# How cold is too cold?



## darjoe22 (Jan 2, 2013)

It is 15 degrees in New York. What do I need to do for my chickens to keep them safe? They have an enclosed area to sleep in but it's not heated. Does it need to be?


----------



## Kokoschicks (Sep 13, 2012)

nah your good! feathers are the best form of insulation!!! its negative 10 where i am and my chickens withstand-ed the night fine the past 2 nights!


----------



## kahiltna_flock (Sep 20, 2012)

Even up here in Alaska most don't heat their coops. We have weeks where we don't get above 0*f. I still worry too. My coop is insulated and they huddle. Haven't had any issues yet.


----------



## darjoe22 (Jan 2, 2013)

Thanks for your advise. I'm a new "chicken mother" so I'm just worried about them. I did find that on the coldest days they tended to stay inside the enclosed area more do I guess they know what they're doing


----------



## Energyvet (Jul 25, 2012)

It's 20 in NJ this morning.

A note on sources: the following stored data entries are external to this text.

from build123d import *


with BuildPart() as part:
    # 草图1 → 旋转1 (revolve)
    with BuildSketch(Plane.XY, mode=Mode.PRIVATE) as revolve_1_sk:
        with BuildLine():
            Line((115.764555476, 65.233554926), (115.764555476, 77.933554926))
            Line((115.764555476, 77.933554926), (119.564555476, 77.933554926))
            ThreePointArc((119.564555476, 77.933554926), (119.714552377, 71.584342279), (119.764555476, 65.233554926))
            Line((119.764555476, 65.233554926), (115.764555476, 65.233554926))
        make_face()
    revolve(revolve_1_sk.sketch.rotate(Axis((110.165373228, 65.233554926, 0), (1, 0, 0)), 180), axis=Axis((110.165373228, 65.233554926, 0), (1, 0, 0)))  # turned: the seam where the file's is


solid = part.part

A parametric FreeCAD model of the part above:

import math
import FreeCAD as App
import Part
import Sketcher
from FreeCAD import Vector
Q = App.Units.Quantity

doc = App.newDocument("Part")
body = doc.addObject("PartDesign::Body", "Body")

sketch1 = body.newObject("Sketcher::SketchObject", "Sketch")
sketch1.AttachmentSupport = (doc.getObject("XY_Plane"), [""])
sketch1.MapMode = "FlatFace"
sketch1.addGeometry([
    Part.LineSegment(Vector(115.764555, 77.933555, 0), Vector(115.764555, 65.233555, 0)),
    Part.LineSegment(Vector(115.764555, 65.233555, 0), Vector(119.764555, 65.233555, 0)),
    Part.ArcOfCircle(Part.Circle(Vector(-283.560439, 65.233555, 0), Vector(0, 0, 1), 403.324995), math.radians(0), math.radians(1.804442)),
    Part.LineSegment(Vector(119.564555, 77.933555, 0), Vector(115.764555, 77.933555, 0)),
], False)
sketch1.addGeometry(Part.LineSegment(Vector(-283.560439, 65.233555, 0), Vector(119.764555, 65.233555, 0)), True)
sketch1.addConstraint([
    Sketcher.Constraint("Coincident", 0, 2, 1, 1),
    Sketcher.Constraint("Coincident", 1, 2, 2, 1),
    Sketcher.Constraint("Coincident", 2, 2, 3, 1),
    Sketcher.Constraint("Coincident", 3, 2, 0, 1),
    Sketcher.Constraint("Vertical", 0),
    Sketcher.Constraint("Horizontal", 1),
    Sketcher.Constraint("Horizontal", 3),
    Sketcher.Constraint("Horizontal", 4),
    Sketcher.Constraint("Coincident", 4, 1, 2, 3),
    Sketcher.Constraint("Coincident", 4, 2, 1, 2),
    Sketcher.Constraint("DistanceX", 1, 1, 1, 2, Q("4 mm")),
    Sketcher.Constraint("DistanceX", 3, 2, 3, 1, Q("3.8 mm")),
    Sketcher.Constraint("DistanceY", 0, 2, 0, 1, Q("12.7 mm")),
    Sketcher.Constraint("DistanceX", 2, 3, -1, 1, Q("283.560439 mm")),
    Sketcher.Constraint("DistanceY", -1, 1, 2, 3, Q("65.233555 mm")),
])
revolution = body.newObject("PartDesign::Revolution", "Revolution")
revolution.Profile = sketch1
revolution.ReferenceAxis = (sketch1, ["Axis0"])
revolution.Angle = 360

doc.recompute()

Dry cold. Thankfully not a lot of wind. But birds still want to be outside. So I let them. My polish just started laying again after a long vacation since Oct. So 3 eggs a day now.


----------



## kahiltna_flock (Sep 20, 2012)

-20 here this morning. I think I am going to keep them in and hope it gets a bit warmer out there. Brrrrrrr


----------



## Energyvet (Jul 25, 2012)

Well tonight my polish decided to roost where it's warm. I put the silkie in the coop with her as he's her sleeping buddy. Good for them! First dibs on the mash and water in the morning.


----------